2024 AIChE Annual Meeting

(468c) Uncertainty Quantification and Parameter Constraint in Complex Environmental Models: A Case Study of Smoke Influencing Radiative Balance in Africa

Authors

Sanchez, V. - Presenter, Carnegie Mellon University
Gordon, H., Carnegie Mellon University
Kuusela, M., Carnegie Mellon University
Carzon, J., Carnegie Mellon University
Development of environmental models is key to understanding future climate and informing related policy. Constructing methods for improving the accuracy of these models can be just as important as their initial development. Validating environmental models with observations and measurements is necessary to reduce uncertainties and identify shortcomings in a model's capabilities.

Here, we use a case study of seasonal wildfires in Southern Africa to develop methods for uncertainty quantification and constraint of input parameters in the UK Earth System Model, developed by the Met Office in the UK. This case study poses a unique problem because the Southern African wildfires (1) release the largest portion of the planet’s biomass burning aerosols into the atmosphere and (2) the prevailing winds carry the smoke over the south Atlantic ocean where they interact with clouds. These wildfire emissions and their interactions with clouds have significant implications for the planet's radiation budget. Reducing large uncertainties associated with inputs to the model is key to developing a better understanding of the true magnitude of the importance of these seasonal fires in Southern Africa.

We constrain the uncertainty in the radiative effects of smoke from seasonal biomass burning in Southern Africa which we simulate in a climate model by considering the uncertainty in the input parameters to that model. We hypothesize that we can parameterize a large fraction of the uncertainty in smoke radiative effects by varying 12 uncertain parameters in the model. Some parameters scale emissions, both of smoke and of natural aerosols and precursors, and others scale parameters in uncertain processes such as the vertical velocities used to activate cloud droplets. Since satellites are not capable of measuring radiative effects, we start by comparing simulated aerosol optical depth (AOD) with satellite measured AOD to rule out combinations of parameters that produce implausible results. Prior work (e.g. Johnson et al, Atmos Chem Phys 2020) has shown AOD is capable of constraining model predictions involving the planet's radiative balance. We calculate the fire radiative effects by comparing simulations with and without smoke emissions. After AOD, we then apply the same methodology to simulated and satellite measured cloud droplet number concentration (CDNC) and cloud liquid water path (CLWP) to develop a stronger constraint on the radiative effect of these fires. Here, the variables for which values are compared between simulation and satellite will be called comparison variables.

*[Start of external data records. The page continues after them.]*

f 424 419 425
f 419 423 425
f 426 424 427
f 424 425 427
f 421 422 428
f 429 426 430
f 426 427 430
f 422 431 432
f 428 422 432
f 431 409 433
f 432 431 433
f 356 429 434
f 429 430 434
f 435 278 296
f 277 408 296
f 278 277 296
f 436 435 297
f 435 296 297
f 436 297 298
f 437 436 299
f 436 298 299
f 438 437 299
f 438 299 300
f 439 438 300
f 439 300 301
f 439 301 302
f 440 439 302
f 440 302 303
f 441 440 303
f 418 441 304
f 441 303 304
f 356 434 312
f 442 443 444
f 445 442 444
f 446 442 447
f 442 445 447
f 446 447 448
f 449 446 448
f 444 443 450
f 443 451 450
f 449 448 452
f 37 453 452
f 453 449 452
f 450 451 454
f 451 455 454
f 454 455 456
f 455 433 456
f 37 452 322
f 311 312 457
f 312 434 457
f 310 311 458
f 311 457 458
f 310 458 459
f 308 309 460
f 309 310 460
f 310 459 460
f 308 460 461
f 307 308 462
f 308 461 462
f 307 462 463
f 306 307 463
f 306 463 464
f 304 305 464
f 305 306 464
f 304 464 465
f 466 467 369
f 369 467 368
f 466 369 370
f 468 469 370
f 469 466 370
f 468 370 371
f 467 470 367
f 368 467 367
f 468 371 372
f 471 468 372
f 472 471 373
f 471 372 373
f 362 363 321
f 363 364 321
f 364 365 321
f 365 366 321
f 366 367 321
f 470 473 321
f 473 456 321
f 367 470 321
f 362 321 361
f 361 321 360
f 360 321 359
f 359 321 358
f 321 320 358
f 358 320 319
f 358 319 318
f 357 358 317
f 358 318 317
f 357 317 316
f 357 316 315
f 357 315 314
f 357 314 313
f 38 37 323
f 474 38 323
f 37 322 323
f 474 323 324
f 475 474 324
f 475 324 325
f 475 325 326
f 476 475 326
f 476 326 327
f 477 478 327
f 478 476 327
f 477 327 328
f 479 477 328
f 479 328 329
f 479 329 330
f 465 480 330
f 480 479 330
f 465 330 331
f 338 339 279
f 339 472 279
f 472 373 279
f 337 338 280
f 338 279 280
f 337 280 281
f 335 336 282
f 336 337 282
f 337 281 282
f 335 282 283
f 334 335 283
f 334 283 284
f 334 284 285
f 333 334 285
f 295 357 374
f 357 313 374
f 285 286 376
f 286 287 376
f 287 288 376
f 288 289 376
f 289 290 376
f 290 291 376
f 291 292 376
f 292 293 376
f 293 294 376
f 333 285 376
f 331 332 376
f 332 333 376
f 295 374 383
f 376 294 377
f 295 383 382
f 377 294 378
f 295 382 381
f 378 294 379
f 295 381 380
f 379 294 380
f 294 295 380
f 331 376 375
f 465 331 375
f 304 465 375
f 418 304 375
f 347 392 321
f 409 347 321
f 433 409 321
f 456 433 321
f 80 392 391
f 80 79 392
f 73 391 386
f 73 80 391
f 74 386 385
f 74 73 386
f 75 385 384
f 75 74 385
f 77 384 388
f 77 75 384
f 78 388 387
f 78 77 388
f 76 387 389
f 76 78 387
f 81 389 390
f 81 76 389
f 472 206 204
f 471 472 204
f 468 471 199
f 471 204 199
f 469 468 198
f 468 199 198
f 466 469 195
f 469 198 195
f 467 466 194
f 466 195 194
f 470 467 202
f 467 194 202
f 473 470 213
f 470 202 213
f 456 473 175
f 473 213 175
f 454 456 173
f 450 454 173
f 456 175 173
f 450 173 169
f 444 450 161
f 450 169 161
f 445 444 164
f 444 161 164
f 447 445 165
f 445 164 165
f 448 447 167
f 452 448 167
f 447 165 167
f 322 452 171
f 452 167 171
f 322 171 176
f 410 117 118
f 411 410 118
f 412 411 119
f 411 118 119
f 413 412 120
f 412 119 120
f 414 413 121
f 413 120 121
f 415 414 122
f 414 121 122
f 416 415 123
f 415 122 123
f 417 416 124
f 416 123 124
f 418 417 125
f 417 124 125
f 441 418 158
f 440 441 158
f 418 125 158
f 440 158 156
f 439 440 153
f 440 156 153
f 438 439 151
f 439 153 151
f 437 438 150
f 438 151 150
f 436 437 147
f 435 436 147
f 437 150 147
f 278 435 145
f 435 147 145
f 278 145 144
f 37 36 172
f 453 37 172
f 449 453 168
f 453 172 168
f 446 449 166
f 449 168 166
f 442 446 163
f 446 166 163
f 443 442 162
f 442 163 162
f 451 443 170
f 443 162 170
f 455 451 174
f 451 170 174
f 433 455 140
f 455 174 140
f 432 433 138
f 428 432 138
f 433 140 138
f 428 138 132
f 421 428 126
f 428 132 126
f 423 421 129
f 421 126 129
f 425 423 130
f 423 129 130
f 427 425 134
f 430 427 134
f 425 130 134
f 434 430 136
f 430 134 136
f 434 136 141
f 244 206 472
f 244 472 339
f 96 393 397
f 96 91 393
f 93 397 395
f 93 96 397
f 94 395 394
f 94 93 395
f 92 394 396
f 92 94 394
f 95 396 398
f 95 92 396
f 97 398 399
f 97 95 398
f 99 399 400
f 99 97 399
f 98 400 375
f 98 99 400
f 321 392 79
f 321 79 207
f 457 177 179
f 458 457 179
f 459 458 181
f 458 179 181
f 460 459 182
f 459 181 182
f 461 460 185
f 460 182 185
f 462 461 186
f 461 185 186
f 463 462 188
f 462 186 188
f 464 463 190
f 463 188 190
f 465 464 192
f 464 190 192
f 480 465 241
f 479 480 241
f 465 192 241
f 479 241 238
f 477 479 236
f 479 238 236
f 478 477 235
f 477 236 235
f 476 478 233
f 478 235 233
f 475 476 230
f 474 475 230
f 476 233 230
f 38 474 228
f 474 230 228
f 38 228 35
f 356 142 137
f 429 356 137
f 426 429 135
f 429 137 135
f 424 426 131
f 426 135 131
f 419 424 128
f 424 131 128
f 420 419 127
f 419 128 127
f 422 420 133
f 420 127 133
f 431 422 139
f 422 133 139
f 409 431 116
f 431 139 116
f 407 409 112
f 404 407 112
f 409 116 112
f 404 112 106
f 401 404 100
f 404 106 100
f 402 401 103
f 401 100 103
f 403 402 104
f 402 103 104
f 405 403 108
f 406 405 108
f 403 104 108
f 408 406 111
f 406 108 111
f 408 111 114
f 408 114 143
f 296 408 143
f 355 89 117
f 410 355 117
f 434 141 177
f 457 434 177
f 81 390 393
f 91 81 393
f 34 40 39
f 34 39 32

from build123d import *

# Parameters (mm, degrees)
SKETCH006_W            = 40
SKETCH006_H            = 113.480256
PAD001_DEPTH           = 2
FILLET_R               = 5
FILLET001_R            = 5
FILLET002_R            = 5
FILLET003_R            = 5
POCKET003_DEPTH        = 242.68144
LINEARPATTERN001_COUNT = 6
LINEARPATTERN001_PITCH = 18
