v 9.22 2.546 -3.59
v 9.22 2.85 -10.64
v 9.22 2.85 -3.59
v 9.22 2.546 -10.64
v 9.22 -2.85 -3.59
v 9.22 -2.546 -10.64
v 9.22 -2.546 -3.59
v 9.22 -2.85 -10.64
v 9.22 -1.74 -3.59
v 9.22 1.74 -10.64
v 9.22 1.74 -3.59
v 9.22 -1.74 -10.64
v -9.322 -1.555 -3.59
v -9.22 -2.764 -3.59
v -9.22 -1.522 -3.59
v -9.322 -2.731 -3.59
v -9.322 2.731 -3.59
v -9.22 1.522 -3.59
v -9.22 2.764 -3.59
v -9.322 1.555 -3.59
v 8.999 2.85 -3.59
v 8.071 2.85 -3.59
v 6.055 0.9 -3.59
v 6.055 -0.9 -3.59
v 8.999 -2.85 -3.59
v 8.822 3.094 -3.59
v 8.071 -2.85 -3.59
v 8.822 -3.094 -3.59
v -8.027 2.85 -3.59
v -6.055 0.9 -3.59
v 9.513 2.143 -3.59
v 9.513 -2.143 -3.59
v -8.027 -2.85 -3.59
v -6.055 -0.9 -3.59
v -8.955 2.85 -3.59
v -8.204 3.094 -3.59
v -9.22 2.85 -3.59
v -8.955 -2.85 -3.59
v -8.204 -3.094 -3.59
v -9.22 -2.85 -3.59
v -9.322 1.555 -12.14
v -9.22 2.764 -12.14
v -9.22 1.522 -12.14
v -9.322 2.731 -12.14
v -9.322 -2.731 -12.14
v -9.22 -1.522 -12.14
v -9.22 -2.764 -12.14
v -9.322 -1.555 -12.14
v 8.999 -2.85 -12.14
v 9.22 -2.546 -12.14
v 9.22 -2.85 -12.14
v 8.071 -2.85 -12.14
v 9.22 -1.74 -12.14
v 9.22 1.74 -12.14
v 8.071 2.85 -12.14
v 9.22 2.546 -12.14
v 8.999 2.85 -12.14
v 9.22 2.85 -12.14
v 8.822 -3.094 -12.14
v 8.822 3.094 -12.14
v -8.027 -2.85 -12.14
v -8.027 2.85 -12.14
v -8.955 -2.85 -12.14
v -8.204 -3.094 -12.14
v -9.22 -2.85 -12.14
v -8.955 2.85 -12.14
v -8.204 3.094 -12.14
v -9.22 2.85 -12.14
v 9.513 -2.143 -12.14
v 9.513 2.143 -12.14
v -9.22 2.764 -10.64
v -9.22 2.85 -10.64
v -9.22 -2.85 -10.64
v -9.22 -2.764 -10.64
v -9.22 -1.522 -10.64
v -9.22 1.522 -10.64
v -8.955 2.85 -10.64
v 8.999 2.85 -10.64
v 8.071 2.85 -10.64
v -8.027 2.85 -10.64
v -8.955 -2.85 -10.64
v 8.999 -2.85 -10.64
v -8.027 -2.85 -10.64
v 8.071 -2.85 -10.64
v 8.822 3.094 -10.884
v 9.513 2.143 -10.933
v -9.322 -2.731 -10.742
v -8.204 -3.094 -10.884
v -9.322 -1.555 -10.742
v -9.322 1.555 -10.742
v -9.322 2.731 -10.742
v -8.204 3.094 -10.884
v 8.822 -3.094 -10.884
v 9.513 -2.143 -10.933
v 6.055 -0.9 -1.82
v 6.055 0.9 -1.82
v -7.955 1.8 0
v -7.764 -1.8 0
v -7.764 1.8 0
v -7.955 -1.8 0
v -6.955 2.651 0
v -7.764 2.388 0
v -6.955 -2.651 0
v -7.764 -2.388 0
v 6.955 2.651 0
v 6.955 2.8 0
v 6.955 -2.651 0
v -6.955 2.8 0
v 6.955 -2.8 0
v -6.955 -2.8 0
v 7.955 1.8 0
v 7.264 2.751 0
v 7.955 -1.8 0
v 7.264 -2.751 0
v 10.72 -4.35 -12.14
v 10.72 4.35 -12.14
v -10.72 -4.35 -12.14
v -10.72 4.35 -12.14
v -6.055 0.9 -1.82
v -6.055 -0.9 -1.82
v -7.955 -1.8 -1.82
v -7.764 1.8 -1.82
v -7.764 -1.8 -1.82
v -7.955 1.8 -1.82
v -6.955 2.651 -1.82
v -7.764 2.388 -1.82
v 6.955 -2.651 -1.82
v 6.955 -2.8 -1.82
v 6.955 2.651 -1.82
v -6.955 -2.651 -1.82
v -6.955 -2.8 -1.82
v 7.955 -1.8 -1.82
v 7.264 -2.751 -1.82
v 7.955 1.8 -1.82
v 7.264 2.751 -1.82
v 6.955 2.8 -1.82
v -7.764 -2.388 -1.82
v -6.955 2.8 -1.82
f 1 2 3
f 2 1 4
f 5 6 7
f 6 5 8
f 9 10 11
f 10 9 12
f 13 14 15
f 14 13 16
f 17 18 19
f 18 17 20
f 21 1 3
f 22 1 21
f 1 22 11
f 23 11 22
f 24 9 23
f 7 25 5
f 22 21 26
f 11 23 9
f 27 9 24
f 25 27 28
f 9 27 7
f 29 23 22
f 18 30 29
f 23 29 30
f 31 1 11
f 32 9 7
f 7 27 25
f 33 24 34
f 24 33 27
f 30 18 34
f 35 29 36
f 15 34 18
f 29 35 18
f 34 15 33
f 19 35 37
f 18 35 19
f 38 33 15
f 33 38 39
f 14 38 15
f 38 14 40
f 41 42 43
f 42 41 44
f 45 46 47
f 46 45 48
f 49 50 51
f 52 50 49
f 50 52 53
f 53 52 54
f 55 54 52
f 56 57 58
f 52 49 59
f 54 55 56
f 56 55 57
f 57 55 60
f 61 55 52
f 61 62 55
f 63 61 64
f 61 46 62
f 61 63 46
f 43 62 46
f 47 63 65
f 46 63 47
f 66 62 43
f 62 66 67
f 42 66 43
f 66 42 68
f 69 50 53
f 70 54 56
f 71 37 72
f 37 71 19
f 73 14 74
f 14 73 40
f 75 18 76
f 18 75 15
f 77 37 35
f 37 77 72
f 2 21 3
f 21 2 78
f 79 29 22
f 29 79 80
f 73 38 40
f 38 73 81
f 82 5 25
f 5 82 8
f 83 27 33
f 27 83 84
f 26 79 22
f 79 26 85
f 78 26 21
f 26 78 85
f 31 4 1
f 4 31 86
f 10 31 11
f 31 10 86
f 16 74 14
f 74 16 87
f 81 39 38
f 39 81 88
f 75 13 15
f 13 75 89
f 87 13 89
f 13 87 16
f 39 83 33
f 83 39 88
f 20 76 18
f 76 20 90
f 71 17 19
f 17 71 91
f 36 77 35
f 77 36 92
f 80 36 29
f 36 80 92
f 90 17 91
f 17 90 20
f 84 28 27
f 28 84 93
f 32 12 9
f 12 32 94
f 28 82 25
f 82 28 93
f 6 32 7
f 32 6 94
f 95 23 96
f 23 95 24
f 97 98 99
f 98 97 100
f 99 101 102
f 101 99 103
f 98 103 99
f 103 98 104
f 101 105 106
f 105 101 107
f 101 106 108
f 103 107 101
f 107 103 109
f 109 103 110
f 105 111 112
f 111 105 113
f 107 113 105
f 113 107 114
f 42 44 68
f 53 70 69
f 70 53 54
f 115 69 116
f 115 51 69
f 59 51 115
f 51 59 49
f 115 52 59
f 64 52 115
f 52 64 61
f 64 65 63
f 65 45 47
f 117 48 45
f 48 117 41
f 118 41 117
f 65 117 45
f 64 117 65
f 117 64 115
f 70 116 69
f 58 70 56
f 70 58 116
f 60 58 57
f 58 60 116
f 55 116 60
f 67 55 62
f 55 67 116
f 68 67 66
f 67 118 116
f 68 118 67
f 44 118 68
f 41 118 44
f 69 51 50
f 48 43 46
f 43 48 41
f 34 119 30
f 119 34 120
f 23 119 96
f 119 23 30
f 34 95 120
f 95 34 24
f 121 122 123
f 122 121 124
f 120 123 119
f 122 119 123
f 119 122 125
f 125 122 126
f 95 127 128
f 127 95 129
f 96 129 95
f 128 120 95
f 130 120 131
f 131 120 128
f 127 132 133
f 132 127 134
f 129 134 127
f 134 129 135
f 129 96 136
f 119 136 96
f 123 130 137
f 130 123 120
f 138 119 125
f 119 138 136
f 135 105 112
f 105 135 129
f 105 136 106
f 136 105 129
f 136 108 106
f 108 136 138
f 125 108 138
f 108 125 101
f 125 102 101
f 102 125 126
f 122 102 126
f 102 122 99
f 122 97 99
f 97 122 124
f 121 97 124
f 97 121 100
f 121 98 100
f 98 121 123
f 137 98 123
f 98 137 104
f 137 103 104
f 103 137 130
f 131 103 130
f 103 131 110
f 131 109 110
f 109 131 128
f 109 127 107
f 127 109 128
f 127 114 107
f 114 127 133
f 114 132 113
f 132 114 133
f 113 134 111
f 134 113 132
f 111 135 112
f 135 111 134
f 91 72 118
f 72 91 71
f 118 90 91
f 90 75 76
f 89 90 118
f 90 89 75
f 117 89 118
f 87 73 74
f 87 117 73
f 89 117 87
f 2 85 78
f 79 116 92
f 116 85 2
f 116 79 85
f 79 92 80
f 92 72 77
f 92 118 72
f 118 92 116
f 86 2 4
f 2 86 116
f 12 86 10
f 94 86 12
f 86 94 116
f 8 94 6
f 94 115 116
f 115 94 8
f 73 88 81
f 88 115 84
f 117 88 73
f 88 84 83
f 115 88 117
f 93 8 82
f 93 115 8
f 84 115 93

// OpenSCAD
//$fn = 20;

// produces a shape to be subtracted from a plate for the PCB card-edge passthrough
// t = plate thickness
// location = [x,y,z] top-center of 
// con_clearance = clearance between mated connector and pocket on all sides
// con_len = length of connector (samtec MECF-08-01-L-DV-NP-WT=18.34, 20pos = 33.58)
// r = tool radius
// gp_buffer = glue pocket buffer space around PCB
// pcb_t = PCB tab thickness
// pcb_len = PCB tab length
// pcb_clearance = clearance around PCB in its slot
// length for allignment fillets
module card_edge_passthrough(location, con_len=18.34, con_clearance=0.05, t=12.14, r=1, gp_buffer=2, pcb_t=1.6, pcb_len=11.91, pcb_clearance=0.1, fillet_length=1.5){
    connector_height=8.5; //mm SAMTEC MECF-XX-01-L-DV-NP-WT
    connector_width=5.60; //mm SAMTEC MECF-XX-01-L-DV-NP-WT
    
    // calculate connector pocket corner coordinates
    con_cornerA = [con_len/2+con_clearance, connector_width/2+con_clearance];
    con_cornerB = [-con_len/2-con_clearance, -connector_width/2-con_clearance];
    con_cornerC = [-con_len/2-con_clearance, connector_width/2+con_clearance];
    con_cornerD = [con_len/2+con_clearance, -connector_width/2-con_clearance];
    
    // calculate connector pocket fillet polyhedron coordinates

    fillet_corner0 = [con_cornerB[0] - fillet_length, con_cornerB[1] - fillet_length, -t];
    fillet_corner1 = [con_cornerC[0] - fillet_length, con_cornerC[1] + fillet_length, -t];
    fillet_corner2 = [con_cornerA[0] + fillet_length, con_cornerA[1] + fillet_length, -t];
    fillet_corner3 = [con_cornerD[0] + fillet_length, con_cornerD[1] - fillet_length, -t];
    fillet_corner4 = [con_cornerB[0], con_cornerB[1], -t + fillet_length];
    fillet_corner5 = [con_cornerC[0], con_cornerC[1], -t + fillet_length];
    fillet_corner6 = [con_cornerA[0], con_cornerA[1], -t + fillet_length];
    fillet_corner7 = [con_cornerD[0], con_cornerD[1], -t + fillet_length];
    
    // calculate some glue pocket parameters
    above_connector = t-connector_height; // space above the connector pocket
    gp_width = 2*gp_buffer + pcb_t; // width of glue pocket
    gp_len = 2*gp_buffer + pcb_len; // length of glue pocket
    glue_pocket_depth = above_connector/2; // depth of glue pocket
    
    union(){
        // fabricate the board slot
        translate([0,0,-t/2]) cube([pcb_len+2*pcb_clearance, pcb_t+2*pcb_clearance,t], center=true);
        
        // fabricate the rounded corner glue pocket
        translate([0,0,-glue_pocket_depth]) linear_extrude(glue_pocket_depth) difference(){// subtract away the corners to get rounds
        square([gp_len,gp_width],center=true);
        translate([gp_len/2-r,gp_width/2-r,0]) difference(){
            translate([0,0,0]) square([r,r]);
            circle(r=r);
            }
        translate([-gp_len/2+r,-gp_width/2+r,0]) difference(){
            translate([-r,-r,0]) square([r,r]);
            circle(r=r);
            }
        translate([-gp_len/2+r,gp_width/2-r,0]) difference(){
            translate([-r,0,0]) square([r,r]);
            circle(r=r);
            }
        translate([gp_len/2-r,-gp_width/2+r,0]) difference(){
            translate([0,-r,0]) square([r,r]);
            circle(r=r);
            }
        } // end difference
        
        // fabricate connector socket well with drilled corners
        translate([location[0],location[1],location[2]+(connector_height+con_clearance)/2-t]) union(){ // socket well with drilled corners
            cube([con_len+2*con_clearance,connector_width+2*con_clearance,connector_height+con_clearance],center=true);
            translate([con_cornerA[0]-r/sqrt(2),con_cornerA[1]-r/sqrt(2)]) cylinder(r=r,h=connector_height+con_clearance,center=true);
            translate([con_cornerB[0]+r/sqrt(2),con_cornerB[1]+r/sqrt(2)]) cylinder(r=r,h=connector_height+con_clearance,center=true);
            translate([con_cornerC[0]+r/sqrt(2),con_cornerC[1]-r/sqrt(2)]) cylinder(r=r,h=connector_height+con_clearance,center=true);
            translate([con_cornerD[0]-r/sqrt(2),con_cornerD[1]+r/sqrt(2)]) cylinder(r=r,h=connector_height+con_clearance,center=true);
        } // end socket well union
        
        // fabricate the fillet polyhedron
//        polyhedron(
//  points=[ fillet_corner0, fillet_corner1, fillet_corner2, fillet_corner3, // the four points at base
//           fillet_corner4  ],                                 // the apex point 
//  faces=[ [0,1,4],[1,2,4],[2,3,4],[3,0,4],              // each triangle side
//              [1,0,3],[2,1,3] ]                         // two triangles for square base
// );

//        p_faces = [ [0,1,4],[1,2,4],[2,3,4],[3,0,4],              // each triangle side
//              [1,0,3],[2,1,3] ];                         // two triangles for square base
//        polyhedron(
//  points=[ fillet_corner0, fillet_corner1, fillet_corner2, fillet_corner3, // the four points at base
//           fillet_corner4  ],                                 // the apex point 
//  faces=p_faces                       // two triangles for square base
        
        p_faces = [
  [0,1,2,3],  // bottom
  [4,5,1,0],  // front
  [7,6,5,4],  // top
  [5,6,2,1],  // right
  [6,7,3,2],  // back
  [7,4,0,3]]; // left
        polyhedron(
  points=[ fillet_corner0, fillet_corner1, fillet_corner2, fillet_corner3, // the four points at base
           fillet_corner4, fillet_corner5, fillet_corner6, fillet_corner7  ],                                 // the apex point 
  faces=p_faces                       // two triangles for square base
 );
    } // end union top level union
} // end module


card_edge_passthrough([0,0,0]);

To constrain our uncertain parameters, we built a perturbed parameter ensemble (PPE) consisting of 121 runs of the atmosphere-only UK Earth System Model spanning our space of 12 parameters and this was used as training data to build surrogate models. The values for the 121 parameter variants of the PPE were set using a Latin hypercube to ensure an adequate preliminary coverage of the parameter space. We simulate only the 2017 biomass burning season, and write data out from the simulations at a three-hourly time resolution, which allows us to understand the transport of individual smoke plumes. The surrogate models are trained using Gaussian Process Regression and allow us to approximately evaluate the model over the 12-D parameter space at a high coverage by utilizing 100,000 surrogate model parameter variants.

To rule out implausible parameter combinations that yield simulated comparison variables that are inconsistent with the observations, we use statistical methods developed in Carzon et al (Environmental Data Science, 2023). These allow us to quantify uncertainty in the parameters at a high level of statistical confidence, improving on previous related work using the method of 'history matching' (whose theoretical guarantees are not well understood). We build on the statistical methods of Carzon et al. which enable principled constraints on uncertain parameters with guarantees of frequentist coverage. The methods developed here can be applied to uncertainty analysis and parameter constraint across multiple variables in other complex chemical and atmospheric models. We will present the methods, the constraints on parameters we have achieved to date, and the implications for the smoke radiative effects.